(Collected data entries)
□ □ □

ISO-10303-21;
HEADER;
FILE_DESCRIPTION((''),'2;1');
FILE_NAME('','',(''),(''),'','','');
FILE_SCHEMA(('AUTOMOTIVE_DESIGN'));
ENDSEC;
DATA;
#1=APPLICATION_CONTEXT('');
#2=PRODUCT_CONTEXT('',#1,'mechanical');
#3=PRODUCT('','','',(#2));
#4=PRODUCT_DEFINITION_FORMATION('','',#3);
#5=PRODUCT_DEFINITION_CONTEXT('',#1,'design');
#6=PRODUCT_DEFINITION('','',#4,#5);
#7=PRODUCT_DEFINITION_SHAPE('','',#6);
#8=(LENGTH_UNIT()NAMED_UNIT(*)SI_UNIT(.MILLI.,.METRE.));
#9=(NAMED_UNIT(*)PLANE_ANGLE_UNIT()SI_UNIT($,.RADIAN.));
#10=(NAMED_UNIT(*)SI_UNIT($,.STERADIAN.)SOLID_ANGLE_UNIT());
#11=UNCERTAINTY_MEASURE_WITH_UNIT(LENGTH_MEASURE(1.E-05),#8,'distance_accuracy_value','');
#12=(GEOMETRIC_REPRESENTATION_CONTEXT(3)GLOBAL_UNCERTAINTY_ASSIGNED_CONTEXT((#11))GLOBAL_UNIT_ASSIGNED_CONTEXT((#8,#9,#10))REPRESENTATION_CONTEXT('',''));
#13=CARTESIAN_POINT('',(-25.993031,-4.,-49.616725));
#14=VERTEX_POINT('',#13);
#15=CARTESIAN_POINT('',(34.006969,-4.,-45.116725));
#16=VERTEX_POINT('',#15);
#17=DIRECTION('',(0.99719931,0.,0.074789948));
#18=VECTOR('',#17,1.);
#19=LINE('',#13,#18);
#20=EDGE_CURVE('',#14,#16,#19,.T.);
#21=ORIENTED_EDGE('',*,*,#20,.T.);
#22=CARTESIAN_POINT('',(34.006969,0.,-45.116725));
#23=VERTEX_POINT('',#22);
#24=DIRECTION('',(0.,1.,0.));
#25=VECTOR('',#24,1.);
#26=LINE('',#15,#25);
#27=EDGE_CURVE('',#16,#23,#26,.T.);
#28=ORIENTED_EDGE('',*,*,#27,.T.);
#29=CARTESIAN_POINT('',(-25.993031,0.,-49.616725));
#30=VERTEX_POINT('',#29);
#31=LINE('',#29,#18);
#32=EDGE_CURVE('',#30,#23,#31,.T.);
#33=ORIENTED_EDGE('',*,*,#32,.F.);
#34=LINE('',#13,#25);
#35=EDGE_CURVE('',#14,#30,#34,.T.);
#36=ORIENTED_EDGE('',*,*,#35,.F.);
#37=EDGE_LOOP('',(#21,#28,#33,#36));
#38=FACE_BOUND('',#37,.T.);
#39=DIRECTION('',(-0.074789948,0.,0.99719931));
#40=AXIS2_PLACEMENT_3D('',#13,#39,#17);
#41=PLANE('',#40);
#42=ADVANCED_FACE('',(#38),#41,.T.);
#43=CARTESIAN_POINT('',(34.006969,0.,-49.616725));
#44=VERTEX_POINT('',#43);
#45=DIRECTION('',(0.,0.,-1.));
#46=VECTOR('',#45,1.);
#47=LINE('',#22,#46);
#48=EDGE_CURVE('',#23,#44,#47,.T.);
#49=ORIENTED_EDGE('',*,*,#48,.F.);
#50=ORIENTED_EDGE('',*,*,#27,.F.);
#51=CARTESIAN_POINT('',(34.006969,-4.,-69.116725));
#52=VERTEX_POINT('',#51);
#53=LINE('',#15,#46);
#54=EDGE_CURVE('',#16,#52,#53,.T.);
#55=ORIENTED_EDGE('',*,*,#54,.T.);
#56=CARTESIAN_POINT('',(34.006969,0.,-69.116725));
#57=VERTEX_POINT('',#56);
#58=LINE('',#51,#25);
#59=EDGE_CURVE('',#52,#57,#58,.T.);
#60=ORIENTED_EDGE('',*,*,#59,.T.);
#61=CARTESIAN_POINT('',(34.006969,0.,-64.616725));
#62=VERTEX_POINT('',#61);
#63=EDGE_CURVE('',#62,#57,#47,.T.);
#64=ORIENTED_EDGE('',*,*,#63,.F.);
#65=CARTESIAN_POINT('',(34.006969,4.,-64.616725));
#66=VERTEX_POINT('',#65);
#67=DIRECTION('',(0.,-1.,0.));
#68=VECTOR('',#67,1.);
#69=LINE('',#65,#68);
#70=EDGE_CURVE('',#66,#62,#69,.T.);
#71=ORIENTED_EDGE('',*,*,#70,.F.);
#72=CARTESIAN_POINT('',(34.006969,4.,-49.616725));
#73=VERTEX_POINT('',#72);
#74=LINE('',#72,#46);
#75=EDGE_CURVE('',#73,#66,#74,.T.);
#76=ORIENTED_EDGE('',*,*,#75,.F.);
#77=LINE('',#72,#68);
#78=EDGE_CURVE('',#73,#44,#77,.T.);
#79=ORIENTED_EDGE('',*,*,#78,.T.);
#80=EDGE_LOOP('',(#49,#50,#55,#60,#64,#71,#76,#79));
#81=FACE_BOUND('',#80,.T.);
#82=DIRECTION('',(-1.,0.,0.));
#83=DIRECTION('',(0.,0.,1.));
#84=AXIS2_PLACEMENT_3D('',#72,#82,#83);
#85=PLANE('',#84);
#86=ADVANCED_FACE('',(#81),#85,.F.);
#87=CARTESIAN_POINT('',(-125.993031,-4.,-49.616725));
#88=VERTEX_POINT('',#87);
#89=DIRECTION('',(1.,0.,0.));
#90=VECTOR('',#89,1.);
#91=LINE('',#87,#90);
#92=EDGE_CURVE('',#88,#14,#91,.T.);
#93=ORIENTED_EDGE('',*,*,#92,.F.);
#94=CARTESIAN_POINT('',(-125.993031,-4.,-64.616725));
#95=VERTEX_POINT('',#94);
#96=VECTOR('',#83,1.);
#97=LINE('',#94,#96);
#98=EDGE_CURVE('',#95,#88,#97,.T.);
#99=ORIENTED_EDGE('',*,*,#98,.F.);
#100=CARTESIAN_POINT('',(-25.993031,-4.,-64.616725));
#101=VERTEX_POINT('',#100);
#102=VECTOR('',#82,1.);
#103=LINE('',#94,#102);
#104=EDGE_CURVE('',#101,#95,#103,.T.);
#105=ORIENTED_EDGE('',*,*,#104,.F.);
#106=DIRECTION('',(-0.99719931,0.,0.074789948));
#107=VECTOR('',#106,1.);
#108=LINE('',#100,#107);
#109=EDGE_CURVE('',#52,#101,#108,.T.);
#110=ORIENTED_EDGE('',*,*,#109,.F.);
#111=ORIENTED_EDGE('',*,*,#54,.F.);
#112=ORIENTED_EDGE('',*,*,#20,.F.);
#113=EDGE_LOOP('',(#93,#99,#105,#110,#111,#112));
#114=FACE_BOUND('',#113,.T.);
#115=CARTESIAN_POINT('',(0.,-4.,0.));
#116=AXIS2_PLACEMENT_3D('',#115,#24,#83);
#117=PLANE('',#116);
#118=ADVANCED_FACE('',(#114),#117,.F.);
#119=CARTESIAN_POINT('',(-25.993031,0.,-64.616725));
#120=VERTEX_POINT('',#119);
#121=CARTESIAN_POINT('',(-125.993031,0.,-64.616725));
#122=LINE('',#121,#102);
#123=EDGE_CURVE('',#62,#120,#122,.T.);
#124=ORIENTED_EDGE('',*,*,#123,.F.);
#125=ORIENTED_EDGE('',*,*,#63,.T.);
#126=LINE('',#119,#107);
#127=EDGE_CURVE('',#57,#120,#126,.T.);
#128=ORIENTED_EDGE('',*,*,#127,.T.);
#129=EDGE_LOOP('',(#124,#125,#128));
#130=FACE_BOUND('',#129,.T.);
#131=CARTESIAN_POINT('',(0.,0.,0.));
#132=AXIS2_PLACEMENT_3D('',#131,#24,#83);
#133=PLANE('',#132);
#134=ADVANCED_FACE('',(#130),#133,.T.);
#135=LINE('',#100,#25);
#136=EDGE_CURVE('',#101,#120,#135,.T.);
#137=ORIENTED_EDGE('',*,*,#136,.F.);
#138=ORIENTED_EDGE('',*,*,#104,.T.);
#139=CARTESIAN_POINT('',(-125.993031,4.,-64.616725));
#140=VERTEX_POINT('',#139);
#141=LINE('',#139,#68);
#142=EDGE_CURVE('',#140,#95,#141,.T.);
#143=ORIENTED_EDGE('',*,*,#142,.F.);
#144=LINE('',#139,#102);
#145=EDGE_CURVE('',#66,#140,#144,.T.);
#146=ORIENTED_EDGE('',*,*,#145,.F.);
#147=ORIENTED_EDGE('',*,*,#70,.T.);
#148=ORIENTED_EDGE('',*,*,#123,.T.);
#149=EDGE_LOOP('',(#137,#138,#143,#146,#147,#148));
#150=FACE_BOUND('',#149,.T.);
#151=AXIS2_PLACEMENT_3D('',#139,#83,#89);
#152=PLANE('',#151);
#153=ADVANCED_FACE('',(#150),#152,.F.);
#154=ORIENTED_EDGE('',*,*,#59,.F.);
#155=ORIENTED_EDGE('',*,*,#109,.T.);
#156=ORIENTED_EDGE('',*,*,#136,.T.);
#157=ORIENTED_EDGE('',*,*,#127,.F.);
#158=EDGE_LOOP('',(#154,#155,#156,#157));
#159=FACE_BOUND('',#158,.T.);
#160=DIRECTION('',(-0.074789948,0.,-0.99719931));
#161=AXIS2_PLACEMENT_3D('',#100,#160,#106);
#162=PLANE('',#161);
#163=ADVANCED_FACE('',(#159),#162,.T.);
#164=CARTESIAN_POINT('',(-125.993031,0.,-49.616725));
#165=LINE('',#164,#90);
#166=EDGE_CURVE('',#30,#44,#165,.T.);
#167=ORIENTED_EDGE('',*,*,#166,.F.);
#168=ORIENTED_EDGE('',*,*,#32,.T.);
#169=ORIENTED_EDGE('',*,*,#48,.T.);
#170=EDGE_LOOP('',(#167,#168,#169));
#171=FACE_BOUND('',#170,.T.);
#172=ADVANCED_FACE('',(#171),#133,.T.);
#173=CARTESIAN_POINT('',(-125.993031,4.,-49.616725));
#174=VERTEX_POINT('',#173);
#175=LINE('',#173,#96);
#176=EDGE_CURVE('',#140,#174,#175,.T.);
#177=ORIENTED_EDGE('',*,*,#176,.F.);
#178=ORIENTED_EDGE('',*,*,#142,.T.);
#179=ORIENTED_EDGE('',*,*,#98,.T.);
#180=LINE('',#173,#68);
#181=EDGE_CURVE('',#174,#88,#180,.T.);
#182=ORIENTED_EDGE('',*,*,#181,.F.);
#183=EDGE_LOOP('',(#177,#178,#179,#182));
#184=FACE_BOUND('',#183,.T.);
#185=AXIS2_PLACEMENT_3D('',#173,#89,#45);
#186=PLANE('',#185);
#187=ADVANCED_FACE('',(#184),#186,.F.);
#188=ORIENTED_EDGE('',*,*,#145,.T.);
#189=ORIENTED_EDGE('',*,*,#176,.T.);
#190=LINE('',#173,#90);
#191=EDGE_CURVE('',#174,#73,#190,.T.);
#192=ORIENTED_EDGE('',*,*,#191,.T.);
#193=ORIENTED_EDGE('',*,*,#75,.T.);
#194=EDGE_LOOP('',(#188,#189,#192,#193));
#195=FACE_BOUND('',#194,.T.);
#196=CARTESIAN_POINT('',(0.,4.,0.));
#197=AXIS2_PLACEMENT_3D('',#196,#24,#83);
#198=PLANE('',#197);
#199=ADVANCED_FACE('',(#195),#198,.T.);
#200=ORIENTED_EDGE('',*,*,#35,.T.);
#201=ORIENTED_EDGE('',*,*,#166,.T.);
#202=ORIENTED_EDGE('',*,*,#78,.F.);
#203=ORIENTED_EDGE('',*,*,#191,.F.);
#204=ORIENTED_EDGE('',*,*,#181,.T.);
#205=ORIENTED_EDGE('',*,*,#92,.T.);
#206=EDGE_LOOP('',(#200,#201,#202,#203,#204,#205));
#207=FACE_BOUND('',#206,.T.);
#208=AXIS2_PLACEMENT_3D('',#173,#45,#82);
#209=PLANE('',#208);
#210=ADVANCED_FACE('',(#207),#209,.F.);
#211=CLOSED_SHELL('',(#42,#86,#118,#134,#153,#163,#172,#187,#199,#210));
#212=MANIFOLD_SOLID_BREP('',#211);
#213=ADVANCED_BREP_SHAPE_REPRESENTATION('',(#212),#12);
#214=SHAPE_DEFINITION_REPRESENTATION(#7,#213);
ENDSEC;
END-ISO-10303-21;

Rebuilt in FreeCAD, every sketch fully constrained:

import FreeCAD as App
import Part
import Sketcher
from FreeCAD import Vector
Q = App.Units.Quantity

doc = App.newDocument("Part")
body = doc.addObject("PartDesign::Body", "Body")

# Sketch on XZ plane
sketch1 = doc.addObject("Sketcher::SketchObject", "Sketch")
body.addObject(sketch1)
sketch1.AttachmentSupport = (doc.XZ_Plane, [""])
sketch1.MapMode = "FlatFace"
sketch1.addGeometry([
    Part.LineSegment(Vector(-126, -65, 0), Vector(-126, -50, 0)),
    Part.LineSegment(Vector(-126, -50, 0), Vector(34, -50, 0)),
    Part.LineSegment(Vector(34, -50, 0), Vector(34, -65, 0)),
    Part.LineSegment(Vector(34, -65, 0), Vector(-126, -65, 0)),
], False)
sketch1.addConstraint([
    Sketcher.Constraint("Coincident", 0, 2, 1, 1),
    Sketcher.Constraint("Coincident", 1, 2, 2, 1),
    Sketcher.Constraint("Coincident", 2, 2, 3, 1),
    Sketcher.Constraint("Coincident", 3, 2, 0, 1),
    Sketcher.Constraint("Vertical", 0),
    Sketcher.Constraint("Horizontal", 1),
    Sketcher.Constraint("Vertical", 2),
    Sketcher.Constraint("Horizontal", 3),
    Sketcher.Constraint("DistanceX", 1, 1, 1, 2, Q("160 mm")),
    Sketcher.Constraint("DistanceY", 0, 1, 0, 2, Q("15 mm")),
    Sketcher.Constraint("DistanceX", 0, 2, -1, 1, Q("125.993031 mm")),
    Sketcher.Constraint("DistanceY", 0, 2, -1, 1, Q("49.616725 mm")),
])
pad1 = doc.addObject("PartDesign::Pad", "Pad")
body.addObject(pad1)
pad1.Profile = sketch1
pad1.Length = 4
pad1.Reversed = True

# Sketch on XZ plane
sketch2 = doc.addObject("Sketcher::SketchObject", "Sketch001")
body.addObject(sketch2)
sketch2.AttachmentSupport = (doc.XZ_Plane, [""])
sketch2.MapMode = "FlatFace"
sketch2.addGeometry([
    Part.LineSegment(Vector(-26, -65, 0), Vector(-126, -65, 0)),  # 0
    Part.LineSegment(Vector(-126, -65, 0), Vector(-126, -50, 0)),  # 1
    Part.LineSegment(Vector(-126, -50, 0), Vector(-26, -50, 0)),  # 2
    Part.LineSegment(Vector(-26, -50, 0), Vector(34, -45, 0)),  # 3
    Part.LineSegment(Vector(34, -45, 0), Vector(34, -69, 0)),  # 4
    Part.LineSegment(Vector(34, -69, 0), Vector(-26, -65, 0)),  # 5
], False)
sketch2.addConstraint([
    Sketcher.Constraint("Coincident", 0, 2, 1, 1),
    Sketcher.Constraint("Coincident", 1, 2, 2, 1),
    Sketcher.Constraint("Coincident", 2, 2, 3, 1),
    Sketcher.Constraint("Coincident", 3, 2, 4, 1),
    Sketcher.Constraint("Coincident", 4, 2, 5, 1),
    Sketcher.Constraint("Coincident", 5, 2, 0, 1),
    Sketcher.Constraint("Horizontal", 0),
    Sketcher.Constraint("Vertical", 1),
    Sketcher.Constraint("Horizontal", 2),
    Sketcher.Constraint("Vertical", 4),
    Sketcher.Constraint("Vertical", 2, 2, 5, 2),
    Sketcher.Constraint("Equal", 3, 5),
    Sketcher.Constraint("DistanceX", 0, 2, 0, 1, Q("100 mm")),
    Sketcher.Constraint("DistanceY", 1, 1, 1, 2, Q("15 mm")),
    Sketcher.Constraint("DistanceY", 4, 2, 4, 1, Q("24 mm")),
    Sketcher.Constraint("DistanceX", 2, 2, 3, 2, Q("60 mm")),
    Sketcher.Constraint("DistanceX", 0, 2, -1, 1, Q("125.993031 mm")),
    Sketcher.Constraint("DistanceY", 0, 2, -1, 1, Q("64.616725 mm")),
])
pad2 = doc.addObject("PartDesign::Pad", "Pad001")
body.addObject(pad2)
pad2.Profile = sketch2
pad2.Length = 4

doc.recompute()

□ □ □

**The task:** Above are the entries. Copy exactly the part that opens with the line containing "#172=ADVANCED_FACE('',(#171),#133,.T.);" and closes with the line containing "#199=ADVANCED_FACE('',(#195),#198,.T.);", and no more.

**Final answer:**
#172=ADVANCED_FACE('',(#171),#133,.T.);
#173=CARTESIAN_POINT('',(-125.993031,4.,-49.616725));
#174=VERTEX_POINT('',#173);
#175=LINE('',#173,#96);
#176=EDGE_CURVE('',#140,#174,#175,.T.);
#177=ORIENTED_EDGE('',*,*,#176,.F.);
#178=ORIENTED_EDGE('',*,*,#142,.T.);
#179=ORIENTED_EDGE('',*,*,#98,.T.);
#180=LINE('',#173,#68);
#181=EDGE_CURVE('',#174,#88,#180,.T.);
#182=ORIENTED_EDGE('',*,*,#181,.F.);
#183=EDGE_LOOP('',(#177,#178,#179,#182));
#184=FACE_BOUND('',#183,.T.);
#185=AXIS2_PLACEMENT_3D('',#173,#89,#45);
#186=PLANE('',#185);
#187=ADVANCED_FACE('',(#184),#186,.F.);
#188=ORIENTED_EDGE('',*,*,#145,.T.);
#189=ORIENTED_EDGE('',*,*,#176,.T.);
#190=LINE('',#173,#90);
#191=EDGE_CURVE('',#174,#73,#190,.T.);
#192=ORIENTED_EDGE('',*,*,#191,.T.);
#193=ORIENTED_EDGE('',*,*,#75,.T.);
#194=EDGE_LOOP('',(#188,#189,#192,#193));
#195=FACE_BOUND('',#194,.T.);
#196=CARTESIAN_POINT('',(0.,4.,0.));
#197=AXIS2_PLACEMENT_3D('',#196,#24,#83);
#198=PLANE('',#197);
#199=ADVANCED_FACE('',(#195),#198,.T.);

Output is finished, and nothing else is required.